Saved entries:
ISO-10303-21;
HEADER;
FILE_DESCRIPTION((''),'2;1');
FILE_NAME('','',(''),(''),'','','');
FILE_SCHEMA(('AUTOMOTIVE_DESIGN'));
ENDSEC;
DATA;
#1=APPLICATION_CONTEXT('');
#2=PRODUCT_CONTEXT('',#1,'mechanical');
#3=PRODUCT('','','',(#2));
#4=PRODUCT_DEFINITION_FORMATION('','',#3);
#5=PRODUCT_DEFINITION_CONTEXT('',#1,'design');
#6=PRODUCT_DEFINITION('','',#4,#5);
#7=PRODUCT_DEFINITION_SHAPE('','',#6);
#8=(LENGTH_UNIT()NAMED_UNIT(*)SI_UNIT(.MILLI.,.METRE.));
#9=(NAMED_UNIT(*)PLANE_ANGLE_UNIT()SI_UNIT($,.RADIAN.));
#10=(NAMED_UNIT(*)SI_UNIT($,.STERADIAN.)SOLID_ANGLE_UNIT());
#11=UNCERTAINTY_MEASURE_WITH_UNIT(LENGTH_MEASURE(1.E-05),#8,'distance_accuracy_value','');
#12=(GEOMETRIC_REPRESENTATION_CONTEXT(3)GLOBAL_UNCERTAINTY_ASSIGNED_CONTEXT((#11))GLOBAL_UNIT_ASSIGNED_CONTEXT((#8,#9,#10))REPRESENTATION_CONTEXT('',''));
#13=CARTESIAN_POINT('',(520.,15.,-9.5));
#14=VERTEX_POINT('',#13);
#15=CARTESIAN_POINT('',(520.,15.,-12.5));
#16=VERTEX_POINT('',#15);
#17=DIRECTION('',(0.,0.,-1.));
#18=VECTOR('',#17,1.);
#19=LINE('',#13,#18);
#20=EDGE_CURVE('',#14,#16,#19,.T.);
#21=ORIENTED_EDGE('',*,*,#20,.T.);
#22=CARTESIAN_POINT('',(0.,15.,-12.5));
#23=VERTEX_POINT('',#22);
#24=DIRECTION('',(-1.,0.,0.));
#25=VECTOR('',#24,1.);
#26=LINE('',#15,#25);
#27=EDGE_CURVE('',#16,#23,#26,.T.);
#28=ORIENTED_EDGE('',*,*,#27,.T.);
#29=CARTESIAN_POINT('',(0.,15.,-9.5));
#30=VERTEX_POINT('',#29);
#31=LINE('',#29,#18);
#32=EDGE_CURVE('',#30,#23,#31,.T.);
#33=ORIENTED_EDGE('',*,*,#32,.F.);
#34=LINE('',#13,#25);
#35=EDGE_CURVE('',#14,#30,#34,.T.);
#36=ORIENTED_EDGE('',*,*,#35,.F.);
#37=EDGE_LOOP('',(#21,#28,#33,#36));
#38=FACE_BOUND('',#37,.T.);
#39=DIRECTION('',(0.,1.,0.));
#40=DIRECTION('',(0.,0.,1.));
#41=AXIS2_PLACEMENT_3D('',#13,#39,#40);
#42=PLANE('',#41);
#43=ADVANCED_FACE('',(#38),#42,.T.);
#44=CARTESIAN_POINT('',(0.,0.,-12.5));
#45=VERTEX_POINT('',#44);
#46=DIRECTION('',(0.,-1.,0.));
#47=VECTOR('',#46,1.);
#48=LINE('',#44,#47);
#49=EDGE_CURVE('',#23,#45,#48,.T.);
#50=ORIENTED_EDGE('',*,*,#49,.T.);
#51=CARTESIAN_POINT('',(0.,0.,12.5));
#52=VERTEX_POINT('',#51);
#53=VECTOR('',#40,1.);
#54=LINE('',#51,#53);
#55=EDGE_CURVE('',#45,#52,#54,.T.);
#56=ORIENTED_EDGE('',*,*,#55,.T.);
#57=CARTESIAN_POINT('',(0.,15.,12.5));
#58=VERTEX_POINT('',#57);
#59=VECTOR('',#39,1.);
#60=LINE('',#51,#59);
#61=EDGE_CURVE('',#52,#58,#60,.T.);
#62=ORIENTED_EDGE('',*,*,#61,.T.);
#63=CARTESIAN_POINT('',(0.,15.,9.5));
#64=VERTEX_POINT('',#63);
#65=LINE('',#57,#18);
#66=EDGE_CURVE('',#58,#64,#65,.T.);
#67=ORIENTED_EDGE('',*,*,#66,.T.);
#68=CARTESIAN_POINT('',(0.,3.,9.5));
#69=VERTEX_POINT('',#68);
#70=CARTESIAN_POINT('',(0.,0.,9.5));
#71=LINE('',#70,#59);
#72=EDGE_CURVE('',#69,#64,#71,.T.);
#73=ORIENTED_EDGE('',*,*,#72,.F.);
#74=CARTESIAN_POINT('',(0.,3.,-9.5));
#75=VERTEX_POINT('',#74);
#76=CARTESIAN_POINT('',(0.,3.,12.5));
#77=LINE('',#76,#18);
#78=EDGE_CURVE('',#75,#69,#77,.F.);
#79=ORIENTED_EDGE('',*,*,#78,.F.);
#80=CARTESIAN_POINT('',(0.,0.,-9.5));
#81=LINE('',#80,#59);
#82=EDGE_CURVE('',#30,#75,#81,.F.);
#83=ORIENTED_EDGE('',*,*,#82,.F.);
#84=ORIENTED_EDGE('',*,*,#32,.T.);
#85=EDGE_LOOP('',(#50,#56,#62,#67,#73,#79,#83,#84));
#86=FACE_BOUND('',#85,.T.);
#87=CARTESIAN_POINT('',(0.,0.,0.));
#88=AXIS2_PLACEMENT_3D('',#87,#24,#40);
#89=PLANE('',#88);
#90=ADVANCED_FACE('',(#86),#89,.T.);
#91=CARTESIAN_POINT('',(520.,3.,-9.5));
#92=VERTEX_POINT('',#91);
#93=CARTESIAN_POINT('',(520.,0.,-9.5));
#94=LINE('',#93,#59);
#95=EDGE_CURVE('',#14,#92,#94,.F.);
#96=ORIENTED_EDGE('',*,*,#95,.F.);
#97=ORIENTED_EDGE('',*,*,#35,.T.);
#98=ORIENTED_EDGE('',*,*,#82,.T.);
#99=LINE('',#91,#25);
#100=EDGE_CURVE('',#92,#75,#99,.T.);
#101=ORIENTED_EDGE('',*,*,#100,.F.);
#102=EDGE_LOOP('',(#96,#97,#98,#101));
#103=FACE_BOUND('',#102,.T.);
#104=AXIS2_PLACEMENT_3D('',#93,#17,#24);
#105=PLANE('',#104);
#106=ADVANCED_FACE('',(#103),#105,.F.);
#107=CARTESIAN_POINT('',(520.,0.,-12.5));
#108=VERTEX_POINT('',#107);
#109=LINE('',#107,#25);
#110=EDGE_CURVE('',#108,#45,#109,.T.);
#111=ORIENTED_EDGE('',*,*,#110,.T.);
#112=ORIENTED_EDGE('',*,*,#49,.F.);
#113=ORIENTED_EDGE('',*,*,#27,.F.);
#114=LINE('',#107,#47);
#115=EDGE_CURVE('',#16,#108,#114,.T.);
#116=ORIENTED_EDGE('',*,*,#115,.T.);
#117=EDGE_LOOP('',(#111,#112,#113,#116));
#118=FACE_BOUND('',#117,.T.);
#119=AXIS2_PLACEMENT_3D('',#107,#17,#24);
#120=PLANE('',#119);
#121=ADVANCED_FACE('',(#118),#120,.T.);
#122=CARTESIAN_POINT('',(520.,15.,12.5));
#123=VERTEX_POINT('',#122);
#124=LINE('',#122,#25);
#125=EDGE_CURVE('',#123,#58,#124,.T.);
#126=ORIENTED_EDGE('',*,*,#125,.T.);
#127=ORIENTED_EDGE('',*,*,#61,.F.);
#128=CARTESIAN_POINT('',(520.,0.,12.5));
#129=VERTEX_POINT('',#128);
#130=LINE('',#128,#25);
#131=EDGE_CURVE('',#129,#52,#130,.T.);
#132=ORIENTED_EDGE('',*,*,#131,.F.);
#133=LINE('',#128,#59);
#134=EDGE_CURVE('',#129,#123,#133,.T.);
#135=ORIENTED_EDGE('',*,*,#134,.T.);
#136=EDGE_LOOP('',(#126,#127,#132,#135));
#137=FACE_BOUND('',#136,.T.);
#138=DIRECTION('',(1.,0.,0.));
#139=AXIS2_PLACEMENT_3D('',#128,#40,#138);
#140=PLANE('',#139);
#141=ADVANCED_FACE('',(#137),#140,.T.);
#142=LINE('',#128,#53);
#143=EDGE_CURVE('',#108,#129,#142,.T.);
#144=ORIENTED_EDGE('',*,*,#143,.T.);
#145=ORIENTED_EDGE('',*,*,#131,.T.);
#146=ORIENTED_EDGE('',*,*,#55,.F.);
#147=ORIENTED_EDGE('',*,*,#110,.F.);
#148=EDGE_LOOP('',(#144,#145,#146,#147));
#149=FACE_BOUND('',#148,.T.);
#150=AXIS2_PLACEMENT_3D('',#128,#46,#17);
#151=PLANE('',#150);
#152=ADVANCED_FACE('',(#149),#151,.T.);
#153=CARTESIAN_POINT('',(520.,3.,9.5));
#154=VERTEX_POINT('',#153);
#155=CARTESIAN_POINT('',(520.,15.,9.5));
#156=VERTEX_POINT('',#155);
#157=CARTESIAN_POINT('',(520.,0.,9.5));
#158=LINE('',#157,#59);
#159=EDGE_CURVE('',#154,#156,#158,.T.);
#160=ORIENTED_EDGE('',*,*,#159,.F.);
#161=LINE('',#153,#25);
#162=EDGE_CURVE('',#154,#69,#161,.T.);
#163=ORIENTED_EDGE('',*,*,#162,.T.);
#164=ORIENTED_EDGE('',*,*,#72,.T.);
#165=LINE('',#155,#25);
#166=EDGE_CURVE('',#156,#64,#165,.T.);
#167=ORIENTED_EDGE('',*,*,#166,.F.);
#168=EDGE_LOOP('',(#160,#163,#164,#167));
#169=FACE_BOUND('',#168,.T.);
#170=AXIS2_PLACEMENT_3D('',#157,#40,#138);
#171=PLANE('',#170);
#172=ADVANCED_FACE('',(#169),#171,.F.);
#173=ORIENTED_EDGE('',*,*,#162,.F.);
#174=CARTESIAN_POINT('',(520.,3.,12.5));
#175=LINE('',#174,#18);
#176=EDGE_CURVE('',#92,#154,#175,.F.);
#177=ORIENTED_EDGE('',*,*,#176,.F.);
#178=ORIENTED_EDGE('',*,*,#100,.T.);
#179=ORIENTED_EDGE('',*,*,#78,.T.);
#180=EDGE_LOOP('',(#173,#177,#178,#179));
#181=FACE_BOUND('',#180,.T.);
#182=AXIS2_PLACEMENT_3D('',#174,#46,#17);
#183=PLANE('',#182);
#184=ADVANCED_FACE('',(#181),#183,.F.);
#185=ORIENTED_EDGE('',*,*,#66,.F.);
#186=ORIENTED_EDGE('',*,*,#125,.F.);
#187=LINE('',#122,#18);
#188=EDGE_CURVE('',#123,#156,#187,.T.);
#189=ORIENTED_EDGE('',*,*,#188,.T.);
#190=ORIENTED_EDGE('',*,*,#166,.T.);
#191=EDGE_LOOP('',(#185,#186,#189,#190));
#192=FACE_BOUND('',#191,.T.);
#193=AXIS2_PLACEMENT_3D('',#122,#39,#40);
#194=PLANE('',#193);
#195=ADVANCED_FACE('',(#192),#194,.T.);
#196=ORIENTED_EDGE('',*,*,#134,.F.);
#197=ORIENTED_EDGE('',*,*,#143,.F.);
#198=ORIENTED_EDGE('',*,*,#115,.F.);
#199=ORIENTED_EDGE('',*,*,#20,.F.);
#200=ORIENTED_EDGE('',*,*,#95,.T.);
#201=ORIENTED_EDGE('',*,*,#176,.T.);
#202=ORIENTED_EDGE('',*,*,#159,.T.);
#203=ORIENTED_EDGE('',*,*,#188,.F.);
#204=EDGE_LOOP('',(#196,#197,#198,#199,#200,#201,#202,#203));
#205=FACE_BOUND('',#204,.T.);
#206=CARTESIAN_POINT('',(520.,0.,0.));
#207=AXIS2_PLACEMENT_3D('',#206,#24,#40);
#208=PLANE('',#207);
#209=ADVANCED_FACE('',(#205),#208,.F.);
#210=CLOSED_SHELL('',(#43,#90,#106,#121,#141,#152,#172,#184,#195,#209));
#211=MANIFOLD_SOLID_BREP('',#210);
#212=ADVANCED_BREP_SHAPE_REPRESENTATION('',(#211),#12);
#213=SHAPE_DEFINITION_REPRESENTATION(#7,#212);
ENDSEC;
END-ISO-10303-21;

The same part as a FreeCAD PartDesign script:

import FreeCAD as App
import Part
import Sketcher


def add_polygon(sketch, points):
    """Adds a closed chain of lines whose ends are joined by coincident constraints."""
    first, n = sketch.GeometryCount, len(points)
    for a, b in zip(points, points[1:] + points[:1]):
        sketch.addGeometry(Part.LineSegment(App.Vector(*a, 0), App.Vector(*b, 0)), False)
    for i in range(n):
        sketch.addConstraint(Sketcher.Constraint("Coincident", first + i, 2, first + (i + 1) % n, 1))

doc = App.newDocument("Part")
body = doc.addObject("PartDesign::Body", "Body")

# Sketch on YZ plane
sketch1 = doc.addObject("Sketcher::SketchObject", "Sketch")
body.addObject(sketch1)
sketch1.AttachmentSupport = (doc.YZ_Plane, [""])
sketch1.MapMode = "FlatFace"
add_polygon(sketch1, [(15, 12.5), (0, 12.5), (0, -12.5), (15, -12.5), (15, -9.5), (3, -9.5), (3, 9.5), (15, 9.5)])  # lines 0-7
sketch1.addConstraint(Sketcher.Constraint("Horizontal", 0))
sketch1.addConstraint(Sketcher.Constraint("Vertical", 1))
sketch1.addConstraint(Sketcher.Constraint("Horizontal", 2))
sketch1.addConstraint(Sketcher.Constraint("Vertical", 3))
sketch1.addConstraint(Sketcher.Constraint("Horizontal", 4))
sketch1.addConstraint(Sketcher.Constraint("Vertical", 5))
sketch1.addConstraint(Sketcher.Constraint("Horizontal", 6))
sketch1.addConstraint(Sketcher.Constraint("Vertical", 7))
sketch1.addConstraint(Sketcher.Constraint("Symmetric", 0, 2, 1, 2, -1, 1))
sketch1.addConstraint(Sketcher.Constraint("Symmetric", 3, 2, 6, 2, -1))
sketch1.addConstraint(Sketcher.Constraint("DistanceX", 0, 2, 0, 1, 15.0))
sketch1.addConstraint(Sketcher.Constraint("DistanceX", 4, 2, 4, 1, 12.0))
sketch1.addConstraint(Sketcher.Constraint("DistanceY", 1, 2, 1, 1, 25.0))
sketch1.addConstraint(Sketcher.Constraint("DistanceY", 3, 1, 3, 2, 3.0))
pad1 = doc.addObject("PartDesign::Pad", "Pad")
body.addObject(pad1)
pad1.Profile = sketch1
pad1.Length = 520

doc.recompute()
* * *
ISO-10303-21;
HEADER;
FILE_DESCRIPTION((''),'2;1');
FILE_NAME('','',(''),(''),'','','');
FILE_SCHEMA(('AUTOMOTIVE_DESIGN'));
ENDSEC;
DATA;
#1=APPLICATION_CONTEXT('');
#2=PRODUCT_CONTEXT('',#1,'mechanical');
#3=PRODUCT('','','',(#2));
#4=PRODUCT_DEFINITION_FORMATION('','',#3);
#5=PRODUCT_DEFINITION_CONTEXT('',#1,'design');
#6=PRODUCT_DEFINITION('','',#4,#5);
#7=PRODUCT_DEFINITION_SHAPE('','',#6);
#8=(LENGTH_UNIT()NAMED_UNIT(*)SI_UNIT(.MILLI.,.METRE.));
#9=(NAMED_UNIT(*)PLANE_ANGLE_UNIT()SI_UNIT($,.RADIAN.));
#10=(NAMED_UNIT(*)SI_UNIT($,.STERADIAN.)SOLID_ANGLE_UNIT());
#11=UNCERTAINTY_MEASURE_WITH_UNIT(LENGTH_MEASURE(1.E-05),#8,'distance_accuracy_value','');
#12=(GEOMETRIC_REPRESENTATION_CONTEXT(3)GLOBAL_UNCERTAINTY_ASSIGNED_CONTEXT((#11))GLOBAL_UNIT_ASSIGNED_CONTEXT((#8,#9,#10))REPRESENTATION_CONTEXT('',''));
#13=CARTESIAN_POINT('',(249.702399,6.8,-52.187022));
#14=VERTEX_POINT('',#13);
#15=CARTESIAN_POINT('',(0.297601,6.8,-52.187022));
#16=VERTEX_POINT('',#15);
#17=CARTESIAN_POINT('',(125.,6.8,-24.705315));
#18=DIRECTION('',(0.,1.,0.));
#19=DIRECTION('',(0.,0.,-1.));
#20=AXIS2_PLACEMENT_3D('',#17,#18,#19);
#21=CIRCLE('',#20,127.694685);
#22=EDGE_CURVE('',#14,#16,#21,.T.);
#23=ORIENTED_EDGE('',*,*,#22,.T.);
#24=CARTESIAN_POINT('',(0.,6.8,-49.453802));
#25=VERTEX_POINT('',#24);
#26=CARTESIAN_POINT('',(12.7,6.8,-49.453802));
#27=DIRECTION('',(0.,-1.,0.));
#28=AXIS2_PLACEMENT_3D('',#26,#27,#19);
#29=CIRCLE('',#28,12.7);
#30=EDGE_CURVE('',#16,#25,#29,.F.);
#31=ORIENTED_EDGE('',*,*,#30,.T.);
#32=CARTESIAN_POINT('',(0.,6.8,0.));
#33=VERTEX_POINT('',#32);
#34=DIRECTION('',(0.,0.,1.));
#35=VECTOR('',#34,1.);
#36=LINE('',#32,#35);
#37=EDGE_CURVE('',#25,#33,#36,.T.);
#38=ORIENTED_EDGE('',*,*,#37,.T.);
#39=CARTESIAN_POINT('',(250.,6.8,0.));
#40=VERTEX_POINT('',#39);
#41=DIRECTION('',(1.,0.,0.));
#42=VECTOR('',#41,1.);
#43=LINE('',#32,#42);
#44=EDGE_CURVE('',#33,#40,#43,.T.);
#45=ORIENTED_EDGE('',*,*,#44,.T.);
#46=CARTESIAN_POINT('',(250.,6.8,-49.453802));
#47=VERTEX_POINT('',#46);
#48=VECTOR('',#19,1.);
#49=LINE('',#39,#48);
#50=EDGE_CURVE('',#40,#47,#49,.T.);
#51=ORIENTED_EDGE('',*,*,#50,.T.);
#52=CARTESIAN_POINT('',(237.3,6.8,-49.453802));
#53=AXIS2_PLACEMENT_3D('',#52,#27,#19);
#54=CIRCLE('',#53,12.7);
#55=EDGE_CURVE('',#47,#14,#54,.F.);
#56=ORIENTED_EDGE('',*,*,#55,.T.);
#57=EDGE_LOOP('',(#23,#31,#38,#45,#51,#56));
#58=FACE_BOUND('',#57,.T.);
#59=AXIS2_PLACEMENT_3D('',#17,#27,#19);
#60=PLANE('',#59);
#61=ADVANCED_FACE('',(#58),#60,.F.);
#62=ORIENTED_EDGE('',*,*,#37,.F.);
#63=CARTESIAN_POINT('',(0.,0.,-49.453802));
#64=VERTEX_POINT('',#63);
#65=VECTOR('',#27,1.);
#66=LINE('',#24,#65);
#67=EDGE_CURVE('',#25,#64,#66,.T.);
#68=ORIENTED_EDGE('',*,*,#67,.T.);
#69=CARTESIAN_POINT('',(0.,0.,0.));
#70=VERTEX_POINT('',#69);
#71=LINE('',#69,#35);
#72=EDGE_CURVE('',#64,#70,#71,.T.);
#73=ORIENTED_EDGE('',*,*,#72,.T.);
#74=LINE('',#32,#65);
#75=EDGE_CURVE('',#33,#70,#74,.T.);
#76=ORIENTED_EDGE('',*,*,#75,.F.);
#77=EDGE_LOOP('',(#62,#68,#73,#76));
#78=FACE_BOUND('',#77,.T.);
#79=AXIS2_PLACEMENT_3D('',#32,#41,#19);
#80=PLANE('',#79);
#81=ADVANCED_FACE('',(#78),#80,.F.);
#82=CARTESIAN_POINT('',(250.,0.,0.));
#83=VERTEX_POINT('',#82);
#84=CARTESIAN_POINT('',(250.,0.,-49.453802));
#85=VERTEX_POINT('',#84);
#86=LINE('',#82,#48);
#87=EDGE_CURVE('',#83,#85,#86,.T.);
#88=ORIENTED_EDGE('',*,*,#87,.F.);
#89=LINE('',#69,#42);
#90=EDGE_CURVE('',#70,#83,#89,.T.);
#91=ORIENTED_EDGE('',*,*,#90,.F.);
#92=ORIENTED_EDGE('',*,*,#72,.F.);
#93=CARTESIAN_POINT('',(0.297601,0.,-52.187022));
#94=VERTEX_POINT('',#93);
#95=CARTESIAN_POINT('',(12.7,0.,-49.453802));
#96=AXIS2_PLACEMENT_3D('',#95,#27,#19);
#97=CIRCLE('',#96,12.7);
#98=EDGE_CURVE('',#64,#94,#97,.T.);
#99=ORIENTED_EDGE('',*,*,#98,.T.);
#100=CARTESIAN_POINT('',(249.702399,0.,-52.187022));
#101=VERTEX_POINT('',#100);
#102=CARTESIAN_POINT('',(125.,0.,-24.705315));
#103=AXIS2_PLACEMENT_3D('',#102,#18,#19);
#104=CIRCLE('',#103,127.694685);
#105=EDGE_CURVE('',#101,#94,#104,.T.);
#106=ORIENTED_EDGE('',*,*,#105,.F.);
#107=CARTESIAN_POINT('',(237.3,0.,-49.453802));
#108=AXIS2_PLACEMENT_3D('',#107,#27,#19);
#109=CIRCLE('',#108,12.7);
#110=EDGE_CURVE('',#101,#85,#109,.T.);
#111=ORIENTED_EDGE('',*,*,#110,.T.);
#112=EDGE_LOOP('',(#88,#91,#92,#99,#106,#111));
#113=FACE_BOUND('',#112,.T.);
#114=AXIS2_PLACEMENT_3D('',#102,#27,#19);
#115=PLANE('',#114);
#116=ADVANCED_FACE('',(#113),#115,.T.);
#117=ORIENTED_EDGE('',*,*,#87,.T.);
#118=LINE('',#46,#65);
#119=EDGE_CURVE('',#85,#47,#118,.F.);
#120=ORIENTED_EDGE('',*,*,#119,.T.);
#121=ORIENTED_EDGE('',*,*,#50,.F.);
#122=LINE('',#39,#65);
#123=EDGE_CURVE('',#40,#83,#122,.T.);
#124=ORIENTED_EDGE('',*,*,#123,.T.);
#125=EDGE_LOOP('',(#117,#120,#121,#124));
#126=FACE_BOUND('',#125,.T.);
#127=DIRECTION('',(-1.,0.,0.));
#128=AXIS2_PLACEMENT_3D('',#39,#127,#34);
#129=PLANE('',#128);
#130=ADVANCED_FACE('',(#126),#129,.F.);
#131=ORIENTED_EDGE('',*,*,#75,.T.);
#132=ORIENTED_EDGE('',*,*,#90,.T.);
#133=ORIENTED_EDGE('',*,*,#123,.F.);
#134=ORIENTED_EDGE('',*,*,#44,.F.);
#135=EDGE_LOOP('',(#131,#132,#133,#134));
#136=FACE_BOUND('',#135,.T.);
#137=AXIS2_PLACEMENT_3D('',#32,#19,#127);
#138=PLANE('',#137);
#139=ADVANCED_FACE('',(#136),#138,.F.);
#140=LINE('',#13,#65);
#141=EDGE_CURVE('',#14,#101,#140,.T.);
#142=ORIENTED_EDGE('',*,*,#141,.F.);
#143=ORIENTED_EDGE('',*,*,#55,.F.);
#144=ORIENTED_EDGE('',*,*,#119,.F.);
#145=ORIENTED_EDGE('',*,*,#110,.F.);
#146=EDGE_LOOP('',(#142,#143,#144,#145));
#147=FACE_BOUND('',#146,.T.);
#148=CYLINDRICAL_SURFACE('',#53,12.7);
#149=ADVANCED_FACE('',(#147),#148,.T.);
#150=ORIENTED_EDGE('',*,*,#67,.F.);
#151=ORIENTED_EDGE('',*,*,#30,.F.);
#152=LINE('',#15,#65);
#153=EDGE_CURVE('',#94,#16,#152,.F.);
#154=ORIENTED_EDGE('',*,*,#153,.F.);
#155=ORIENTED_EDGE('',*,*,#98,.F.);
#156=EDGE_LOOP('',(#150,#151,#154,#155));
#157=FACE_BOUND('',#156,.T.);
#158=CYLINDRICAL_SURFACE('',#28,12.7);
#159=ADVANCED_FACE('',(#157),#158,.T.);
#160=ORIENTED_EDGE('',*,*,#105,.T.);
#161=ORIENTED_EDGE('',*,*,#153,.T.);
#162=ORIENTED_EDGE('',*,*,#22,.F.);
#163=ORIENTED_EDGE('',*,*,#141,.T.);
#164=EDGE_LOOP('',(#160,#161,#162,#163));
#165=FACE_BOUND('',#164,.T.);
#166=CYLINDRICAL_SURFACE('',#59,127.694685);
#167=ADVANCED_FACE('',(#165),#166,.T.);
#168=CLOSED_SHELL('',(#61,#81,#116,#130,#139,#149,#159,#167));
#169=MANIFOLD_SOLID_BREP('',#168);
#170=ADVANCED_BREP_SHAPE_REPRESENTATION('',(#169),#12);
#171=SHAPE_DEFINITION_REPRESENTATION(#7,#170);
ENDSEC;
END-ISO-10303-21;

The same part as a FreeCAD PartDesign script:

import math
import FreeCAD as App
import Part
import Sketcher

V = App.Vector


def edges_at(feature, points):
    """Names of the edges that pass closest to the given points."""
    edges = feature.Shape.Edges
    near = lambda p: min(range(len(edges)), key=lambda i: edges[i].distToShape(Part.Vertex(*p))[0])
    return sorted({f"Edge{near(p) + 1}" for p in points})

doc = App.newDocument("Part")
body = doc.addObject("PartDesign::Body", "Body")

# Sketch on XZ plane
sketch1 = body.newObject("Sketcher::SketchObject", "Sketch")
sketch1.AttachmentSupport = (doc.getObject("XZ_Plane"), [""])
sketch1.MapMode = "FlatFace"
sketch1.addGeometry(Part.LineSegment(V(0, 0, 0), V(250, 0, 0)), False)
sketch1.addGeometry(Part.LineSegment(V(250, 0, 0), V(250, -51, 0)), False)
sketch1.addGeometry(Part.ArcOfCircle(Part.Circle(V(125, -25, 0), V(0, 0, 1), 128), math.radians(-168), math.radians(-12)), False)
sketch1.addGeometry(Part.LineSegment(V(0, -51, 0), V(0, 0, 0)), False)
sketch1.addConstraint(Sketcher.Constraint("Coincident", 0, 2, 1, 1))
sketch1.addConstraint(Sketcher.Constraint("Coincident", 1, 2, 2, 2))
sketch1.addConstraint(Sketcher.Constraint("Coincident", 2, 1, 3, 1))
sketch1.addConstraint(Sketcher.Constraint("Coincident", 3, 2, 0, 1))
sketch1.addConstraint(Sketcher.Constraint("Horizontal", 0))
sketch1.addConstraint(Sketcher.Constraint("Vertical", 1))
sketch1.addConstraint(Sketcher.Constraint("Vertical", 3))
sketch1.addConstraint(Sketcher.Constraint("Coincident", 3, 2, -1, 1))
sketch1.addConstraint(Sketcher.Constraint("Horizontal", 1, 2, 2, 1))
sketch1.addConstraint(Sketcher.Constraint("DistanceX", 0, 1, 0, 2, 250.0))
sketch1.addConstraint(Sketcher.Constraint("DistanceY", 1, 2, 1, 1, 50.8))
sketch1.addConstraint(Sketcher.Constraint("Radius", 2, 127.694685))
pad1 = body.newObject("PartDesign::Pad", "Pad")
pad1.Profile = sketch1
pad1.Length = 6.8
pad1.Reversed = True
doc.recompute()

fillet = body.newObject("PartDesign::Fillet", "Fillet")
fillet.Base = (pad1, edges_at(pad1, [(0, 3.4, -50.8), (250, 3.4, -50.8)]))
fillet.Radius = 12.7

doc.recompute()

**What you need to do:**
Return exactly the lines above from the line that has "#66=LINE('',#24,#65);" through the line that has "#74=LINE('',#32,#65);", inclusive, and nothing else.

**Result of the exercise:**
#66=LINE('',#24,#65);
#67=EDGE_CURVE('',#25,#64,#66,.T.);
#68=ORIENTED_EDGE('',*,*,#67,.T.);
#69=CARTESIAN_POINT('',(0.,0.,0.));
#70=VERTEX_POINT('',#69);
#71=LINE('',#69,#35);
#72=EDGE_CURVE('',#64,#70,#71,.T.);
#73=ORIENTED_EDGE('',*,*,#72,.T.);
#74=LINE('',#32,#65);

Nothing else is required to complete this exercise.